Trotz der Sparanstrengungen der letzten Jahre bleibt der Kanton Solothurn in den roten Zahlen. Auch wenn es gegenüber der Vorjahre eine sichbare Verbesserung gab, wie Finanzdirektor Roland Heim (CVP) an der Medienkonferenz am Donnerstag mitteilte.

Die FDP, die CVP, die SP, die Grünen und die BDP haben bisher auf den Voranschlag 2017 reagiert.

Für die FDP ist «der eingeschlagene Weg zur Gesundung der Staatsfinanzen konsequent und hartnäckig einzuhalten». Wie die Partei in ihrer Medienmitteilung festhält, begrüsst sie, auch mit Blick auf anstehende «finanzpolitische Herausforderungen wie die Unternehmenssteuerreform III», die geplante Senkung des Steuersatzes bei juristischen Personen (= Unternehmen) von 104% auf 100%. Sie versteht dies als Signal des Kantons an die Wirtschaft, ein attraktiver Arbeits- und Wirtschaftsstandort zu sein und zu bleiben.
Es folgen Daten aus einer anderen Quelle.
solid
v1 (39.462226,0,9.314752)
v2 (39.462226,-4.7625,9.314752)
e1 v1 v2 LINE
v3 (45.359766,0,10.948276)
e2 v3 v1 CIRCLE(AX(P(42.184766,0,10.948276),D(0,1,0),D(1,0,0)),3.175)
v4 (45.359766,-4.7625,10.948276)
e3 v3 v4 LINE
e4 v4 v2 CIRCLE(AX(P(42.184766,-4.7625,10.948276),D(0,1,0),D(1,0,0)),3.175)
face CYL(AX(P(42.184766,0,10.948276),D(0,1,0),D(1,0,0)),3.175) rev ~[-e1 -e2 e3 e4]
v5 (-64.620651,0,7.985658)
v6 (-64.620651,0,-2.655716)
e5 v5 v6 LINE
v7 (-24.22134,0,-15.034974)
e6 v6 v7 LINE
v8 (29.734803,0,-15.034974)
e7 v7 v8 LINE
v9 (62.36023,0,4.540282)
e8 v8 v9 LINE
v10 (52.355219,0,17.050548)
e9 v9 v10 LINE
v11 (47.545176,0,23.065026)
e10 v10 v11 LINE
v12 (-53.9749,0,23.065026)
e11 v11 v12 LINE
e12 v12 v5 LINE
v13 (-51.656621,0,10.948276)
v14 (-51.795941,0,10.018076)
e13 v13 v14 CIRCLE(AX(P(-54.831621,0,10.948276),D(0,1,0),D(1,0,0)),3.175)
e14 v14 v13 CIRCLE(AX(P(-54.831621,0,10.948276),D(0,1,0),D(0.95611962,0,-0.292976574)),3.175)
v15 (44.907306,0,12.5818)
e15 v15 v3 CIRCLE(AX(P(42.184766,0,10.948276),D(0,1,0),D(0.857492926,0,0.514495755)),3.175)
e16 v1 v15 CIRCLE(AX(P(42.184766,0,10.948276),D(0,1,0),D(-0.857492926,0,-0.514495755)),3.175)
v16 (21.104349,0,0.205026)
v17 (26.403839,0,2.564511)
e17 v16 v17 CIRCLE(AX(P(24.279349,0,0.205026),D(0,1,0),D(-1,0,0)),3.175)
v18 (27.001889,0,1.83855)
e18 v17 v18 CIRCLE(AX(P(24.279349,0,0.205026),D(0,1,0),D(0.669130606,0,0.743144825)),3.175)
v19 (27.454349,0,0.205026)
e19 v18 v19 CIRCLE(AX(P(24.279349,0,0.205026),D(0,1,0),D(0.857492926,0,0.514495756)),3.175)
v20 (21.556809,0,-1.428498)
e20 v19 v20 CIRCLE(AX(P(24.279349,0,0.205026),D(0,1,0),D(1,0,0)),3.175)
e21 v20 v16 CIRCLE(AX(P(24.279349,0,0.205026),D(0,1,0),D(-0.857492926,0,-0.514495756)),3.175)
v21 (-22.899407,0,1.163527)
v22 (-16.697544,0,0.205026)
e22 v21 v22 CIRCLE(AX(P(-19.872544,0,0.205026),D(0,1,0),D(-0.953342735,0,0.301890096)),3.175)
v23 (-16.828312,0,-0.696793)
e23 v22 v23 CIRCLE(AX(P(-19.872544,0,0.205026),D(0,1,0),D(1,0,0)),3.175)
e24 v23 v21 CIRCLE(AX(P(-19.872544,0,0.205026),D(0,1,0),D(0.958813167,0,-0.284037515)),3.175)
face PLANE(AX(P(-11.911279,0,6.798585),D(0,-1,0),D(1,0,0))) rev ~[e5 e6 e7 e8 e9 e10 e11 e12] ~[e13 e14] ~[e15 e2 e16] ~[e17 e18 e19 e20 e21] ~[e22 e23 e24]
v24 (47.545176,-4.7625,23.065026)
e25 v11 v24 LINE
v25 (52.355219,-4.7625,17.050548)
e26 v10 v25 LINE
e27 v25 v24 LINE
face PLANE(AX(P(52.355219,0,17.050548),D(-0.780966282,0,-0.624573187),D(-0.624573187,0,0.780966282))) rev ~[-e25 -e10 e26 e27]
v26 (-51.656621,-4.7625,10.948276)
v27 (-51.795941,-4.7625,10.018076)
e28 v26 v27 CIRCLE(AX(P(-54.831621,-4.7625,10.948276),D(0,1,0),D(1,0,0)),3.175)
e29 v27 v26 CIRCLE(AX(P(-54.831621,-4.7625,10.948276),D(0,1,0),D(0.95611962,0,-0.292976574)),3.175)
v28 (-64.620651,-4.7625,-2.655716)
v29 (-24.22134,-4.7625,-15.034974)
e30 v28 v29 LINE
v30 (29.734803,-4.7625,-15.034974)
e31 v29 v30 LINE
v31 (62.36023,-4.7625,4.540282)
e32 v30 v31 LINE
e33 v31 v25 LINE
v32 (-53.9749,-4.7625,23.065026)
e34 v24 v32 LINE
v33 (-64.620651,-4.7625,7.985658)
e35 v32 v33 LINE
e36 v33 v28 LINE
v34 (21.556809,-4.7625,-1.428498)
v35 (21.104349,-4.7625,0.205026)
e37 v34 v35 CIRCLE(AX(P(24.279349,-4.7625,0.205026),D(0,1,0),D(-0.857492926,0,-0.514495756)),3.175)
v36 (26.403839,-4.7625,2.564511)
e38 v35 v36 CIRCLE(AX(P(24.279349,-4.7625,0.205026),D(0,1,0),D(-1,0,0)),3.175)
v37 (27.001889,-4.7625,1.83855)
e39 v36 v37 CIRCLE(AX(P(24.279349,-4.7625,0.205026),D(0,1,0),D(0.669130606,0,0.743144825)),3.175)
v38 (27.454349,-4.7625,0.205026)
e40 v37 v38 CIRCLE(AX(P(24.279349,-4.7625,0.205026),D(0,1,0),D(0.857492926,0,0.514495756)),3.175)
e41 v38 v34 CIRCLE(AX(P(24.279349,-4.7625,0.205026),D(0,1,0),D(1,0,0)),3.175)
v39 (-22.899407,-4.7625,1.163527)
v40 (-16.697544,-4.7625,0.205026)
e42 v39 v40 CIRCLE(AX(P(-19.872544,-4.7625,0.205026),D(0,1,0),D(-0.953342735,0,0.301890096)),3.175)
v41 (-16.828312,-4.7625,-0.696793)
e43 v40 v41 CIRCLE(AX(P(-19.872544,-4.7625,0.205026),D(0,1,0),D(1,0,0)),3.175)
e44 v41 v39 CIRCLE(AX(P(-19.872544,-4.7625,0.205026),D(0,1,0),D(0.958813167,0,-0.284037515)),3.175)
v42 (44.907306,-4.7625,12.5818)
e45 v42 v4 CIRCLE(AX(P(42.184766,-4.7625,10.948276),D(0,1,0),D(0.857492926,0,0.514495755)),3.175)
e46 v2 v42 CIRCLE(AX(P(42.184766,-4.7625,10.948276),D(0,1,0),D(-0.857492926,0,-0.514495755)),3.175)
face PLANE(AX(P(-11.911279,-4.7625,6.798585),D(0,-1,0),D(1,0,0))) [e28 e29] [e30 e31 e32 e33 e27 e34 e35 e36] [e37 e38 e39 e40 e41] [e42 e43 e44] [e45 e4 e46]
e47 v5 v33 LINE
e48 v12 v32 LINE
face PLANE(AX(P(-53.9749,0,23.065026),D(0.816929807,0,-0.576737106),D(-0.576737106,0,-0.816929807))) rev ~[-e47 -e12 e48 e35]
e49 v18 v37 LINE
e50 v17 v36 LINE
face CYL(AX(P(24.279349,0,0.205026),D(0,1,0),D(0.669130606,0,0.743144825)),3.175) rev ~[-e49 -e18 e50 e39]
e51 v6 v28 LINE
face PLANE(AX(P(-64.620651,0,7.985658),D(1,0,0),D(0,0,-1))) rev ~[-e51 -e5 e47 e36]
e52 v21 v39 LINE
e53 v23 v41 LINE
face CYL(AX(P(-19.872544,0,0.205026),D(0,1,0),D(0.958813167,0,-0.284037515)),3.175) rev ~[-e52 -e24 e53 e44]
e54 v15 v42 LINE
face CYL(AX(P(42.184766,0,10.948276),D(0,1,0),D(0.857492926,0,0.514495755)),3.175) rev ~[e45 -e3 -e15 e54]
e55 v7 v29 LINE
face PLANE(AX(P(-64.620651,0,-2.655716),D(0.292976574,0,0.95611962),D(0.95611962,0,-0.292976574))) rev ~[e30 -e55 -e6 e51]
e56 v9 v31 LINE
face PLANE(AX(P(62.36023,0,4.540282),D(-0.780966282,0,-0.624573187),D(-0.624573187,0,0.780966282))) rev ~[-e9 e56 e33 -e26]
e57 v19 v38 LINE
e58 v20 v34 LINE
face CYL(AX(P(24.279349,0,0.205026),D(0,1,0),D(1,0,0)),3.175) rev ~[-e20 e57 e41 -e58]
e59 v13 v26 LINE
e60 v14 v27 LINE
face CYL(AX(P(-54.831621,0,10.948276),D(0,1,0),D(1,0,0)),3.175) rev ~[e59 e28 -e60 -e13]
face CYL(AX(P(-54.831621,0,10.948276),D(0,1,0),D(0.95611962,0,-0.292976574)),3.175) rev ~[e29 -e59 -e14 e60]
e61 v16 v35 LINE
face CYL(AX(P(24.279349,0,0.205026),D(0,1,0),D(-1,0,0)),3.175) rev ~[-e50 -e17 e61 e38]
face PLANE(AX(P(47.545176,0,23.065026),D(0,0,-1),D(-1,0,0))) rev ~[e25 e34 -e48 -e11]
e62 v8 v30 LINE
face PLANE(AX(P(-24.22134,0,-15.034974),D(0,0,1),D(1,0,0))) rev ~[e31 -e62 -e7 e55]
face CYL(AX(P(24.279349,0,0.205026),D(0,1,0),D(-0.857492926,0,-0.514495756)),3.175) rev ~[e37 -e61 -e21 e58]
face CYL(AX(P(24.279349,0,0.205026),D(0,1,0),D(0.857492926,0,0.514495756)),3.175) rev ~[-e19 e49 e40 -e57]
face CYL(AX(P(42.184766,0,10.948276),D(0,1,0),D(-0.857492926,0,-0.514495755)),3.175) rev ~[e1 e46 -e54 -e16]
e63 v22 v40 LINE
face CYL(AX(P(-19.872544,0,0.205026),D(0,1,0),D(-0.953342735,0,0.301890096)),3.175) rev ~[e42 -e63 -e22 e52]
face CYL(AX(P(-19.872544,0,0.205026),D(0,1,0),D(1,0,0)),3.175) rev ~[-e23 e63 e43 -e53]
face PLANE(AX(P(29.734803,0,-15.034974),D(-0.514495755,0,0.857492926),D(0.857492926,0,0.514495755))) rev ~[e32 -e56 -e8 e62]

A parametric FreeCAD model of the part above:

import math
import FreeCAD as App
import Part
import Sketcher
Q = App.Units.Quantity

doc = App.newDocument("Part")
params = doc.addObject("Spreadsheet::Sheet", "Params")
for row, (alias, value) in enumerate([
    ("sketch1_radius", "0.125 in"),
    ("pad1_length", "0.1875 in"),
], start=1):
    params.set(f"A{row}", alias)
    params.set(f"B{row}", "=" + value)
    params.setAlias(f"B{row}", alias)

body = doc.addObject("PartDesign::Body", "Body")

sketch1 = doc.addObject("Sketcher::SketchObject", "Sketch")
body.addObject(sketch1)
sketch1.AttachmentSupport = (doc.XZ_Plane, [""])
sketch1.MapMode = "FlatFace"
sketch1.addGeometry(Part.LineSegment(App.Vector(-54, 23.1, 0), App.Vector(-64.6, 8, 0)), False)
sketch1.addGeometry(Part.LineSegment(App.Vector(-64.6, 8, 0), App.Vector(-64.6, -2.7, 0)), False)
sketch1.addGeometry(Part.LineSegment(App.Vector(-64.6, -2.7, 0), App.Vector(-24.2, -15, 0)), False)
sketch1.addGeometry(Part.LineSegment(App.Vector(-24.2, -15, 0), App.Vector(29.7, -15, 0)), False)
sketch1.addGeometry(Part.LineSegment(App.Vector(29.7, -15, 0), App.Vector(62.4, 4.5, 0)), False)
sketch1.addGeometry(Part.LineSegment(App.Vector(62.4, 4.5, 0), App.Vector(52.4, 17.1, 0)), False)
sketch1.addGeometry(Part.LineSegment(App.Vector(52.4, 17.1, 0), App.Vector(47.5, 23.1, 0)), False)
sketch1.addGeometry(Part.LineSegment(App.Vector(47.5, 23.1, 0), App.Vector(-54, 23.1, 0)), False)
sketch1.addGeometry(Part.ArcOfCircle(Part.Circle(App.Vector(24.3, 0.2, 0), App.Vector(0, 0, 1), 3.2), math.radians(180), math.radians(211)), False)
sketch1.addGeometry(Part.ArcOfCircle(Part.Circle(App.Vector(24.3, 0.2, 0), App.Vector(0, 0, 1), 3.2), math.radians(48), math.radians(180)), False)
sketch1.addGeometry(Part.ArcOfCircle(Part.Circle(App.Vector(24.3, 0.2, 0), App.Vector(0, 0, 1), 3.2), math.radians(30.96), math.radians(48)), False)
sketch1.addGeometry(Part.ArcOfCircle(Part.Circle(App.Vector(24.3, 0.2, 0), App.Vector(0, 0, 1), 3.2), math.radians(0), math.radians(31)), False)
sketch1.addGeometry(Part.ArcOfCircle(Part.Circle(App.Vector(24.3, 0.2, 0), App.Vector(0, 0, 1), 3.2), math.radians(-149), math.radians(0)), False)
sketch1.addGeometry(Part.ArcOfCircle(Part.Circle(App.Vector(42.2, 10.9, 0), App.Vector(0, 0, 1), 3.2), math.radians(31), math.radians(211)), False)
sketch1.addGeometry(Part.ArcOfCircle(Part.Circle(App.Vector(42.2, 10.9, 0), App.Vector(0, 0, 1), 3.2), math.radians(0), math.radians(31)), False)
sketch1.addGeometry(Part.ArcOfCircle(Part.Circle(App.Vector(42.2, 10.9, 0), App.Vector(0, 0, 1), 3.2), math.radians(-149), math.radians(0)), False)
sketch1.addGeometry(Part.ArcOfCircle(Part.Circle(App.Vector(-19.9, 0.2, 0), App.Vector(0, 0, 1), 3.2), math.radians(0), math.radians(162)), False)
sketch1.addGeometry(Part.ArcOfCircle(Part.Circle(App.Vector(-19.9, 0.2, 0), App.Vector(0, 0, 1), 3.2), math.radians(-16.5), math.radians(0)), False)
sketch1.addGeometry(Part.ArcOfCircle(Part.Circle(App.Vector(-19.9, 0.2, 0), App.Vector(0, 0, 1), 3.2), math.radians(162), math.radians(343)), False)
sketch1.addGeometry(Part.ArcOfCircle(Part.Circle(App.Vector(-54.8, 10.9, 0), App.Vector(0, 0, 1), 3.2), math.radians(0), math.radians(343)), False)
sketch1.addGeometry(Part.ArcOfCircle(Part.Circle(App.Vector(-54.8, 10.9, 0), App.Vector(0, 0, 1), 3.2), math.radians(-17.04), math.radians(0)), False)
sketch1.addConstraint(Sketcher.Constraint("Coincident", 0, 2, 1, 1))
sketch1.addConstraint(Sketcher.Constraint("Coincident", 1, 2, 2, 1))
sketch1.addConstraint(Sketcher.Constraint("Coincident", 2, 2, 3, 1))
sketch1.addConstraint(Sketcher.Constraint("Coincident", 3, 2, 4, 1))
sketch1.addConstraint(Sketcher.Constraint("Coincident", 4, 2, 5, 1))
sketch1.addConstraint(Sketcher.Constraint("Coincident", 5, 2, 6, 1))
sketch1.addConstraint(Sketcher.Constraint("Coincident", 6, 2, 7, 1))
sketch1.addConstraint(Sketcher.Constraint("Coincident", 7, 2, 0, 1))
sketch1.addConstraint(Sketcher.Constraint("Tangent", 8, 1, 9, 2))
sketch1.addConstraint(Sketcher.Constraint("Tangent", 9, 1, 10, 2))
sketch1.addConstraint(Sketcher.Constraint("Tangent", 10, 1, 11, 2))
sketch1.addConstraint(Sketcher.Constraint("Tangent", 11, 1, 12, 2))
sketch1.addConstraint(Sketcher.Constraint("Tangent", 12, 1, 8, 2))
sketch1.addConstraint(Sketcher.Constraint("Tangent", 13, 1, 14, 2))
sketch1.addConstraint(Sketcher.Constraint("Tangent", 14, 1, 15, 2))
sketch1.addConstraint(Sketcher.Constraint("Tangent", 15, 1, 13, 2))
sketch1.addConstraint(Sketcher.Constraint("Tangent", 16, 1, 17, 2))
sketch1.addConstraint(Sketcher.Constraint("Tangent", 17, 1, 18, 2))
sketch1.addConstraint(Sketcher.Constraint("Tangent", 18, 1, 16, 2))
sketch1.addConstraint(Sketcher.Constraint("Tangent", 19, 1, 20, 2))
sketch1.addConstraint(Sketcher.Constraint("Coincident", 20, 1, 19, 2))
sketch1.addConstraint(Sketcher.Constraint("Vertical", 1))
sketch1.addConstraint(Sketcher.Constraint("Horizontal", 3))
sketch1.addConstraint(Sketcher.Constraint("Horizontal", 7))
sketch1.addConstraint(Sketcher.Constraint("Coincident", 10, 3, 8, 3))
sketch1.addConstraint(Sketcher.Constraint("Equal", 12, 13))
sketch1.addConstraint(Sketcher.Constraint("Equal", 15, 16))
sketch1.addConstraint(Sketcher.Constraint("Equal", 18, 19))
sketch1.addConstraint(Sketcher.Constraint("Parallel", 5, 6))
sketch1.addConstraint(Sketcher.Constraint("Horizontal", 12, 3, 16, 3))
sketch1.addConstraint(Sketcher.Constraint("Horizontal", 15, 3, 19, 3))
sketch1.addConstraint(Sketcher.Constraint("Horizontal", 18, 3, 8, 1))
sketch1.addConstraint(Sketcher.Constraint("Horizontal", 8, 1, 11, 1))
sketch1.addConstraint(Sketcher.Constraint("Horizontal", 20, 3, 14, 1))
sketch1.addConstraint(Sketcher.Constraint("Horizontal", 11, 1, 16, 1))
sketch1.addConstraint(Sketcher.Constraint("Horizontal", 14, 1, 19, 1))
SP nicht glücklich mit der Steuersenkung

Für die SP hingegen trüben die vorgesehenen, aus ihrer Sicht unnötigen Steuersenkungen für Unternehmen die Freude über das beinahe ausgeglichene Budget 2017. Die Senkung des Steuersatzes für juristische Personen hätte nicht nur unnötige Steuerverluste für das Jahr 2017 zur Folge, sondern würde sich auch auf die weiteren Jahre ausbreiten.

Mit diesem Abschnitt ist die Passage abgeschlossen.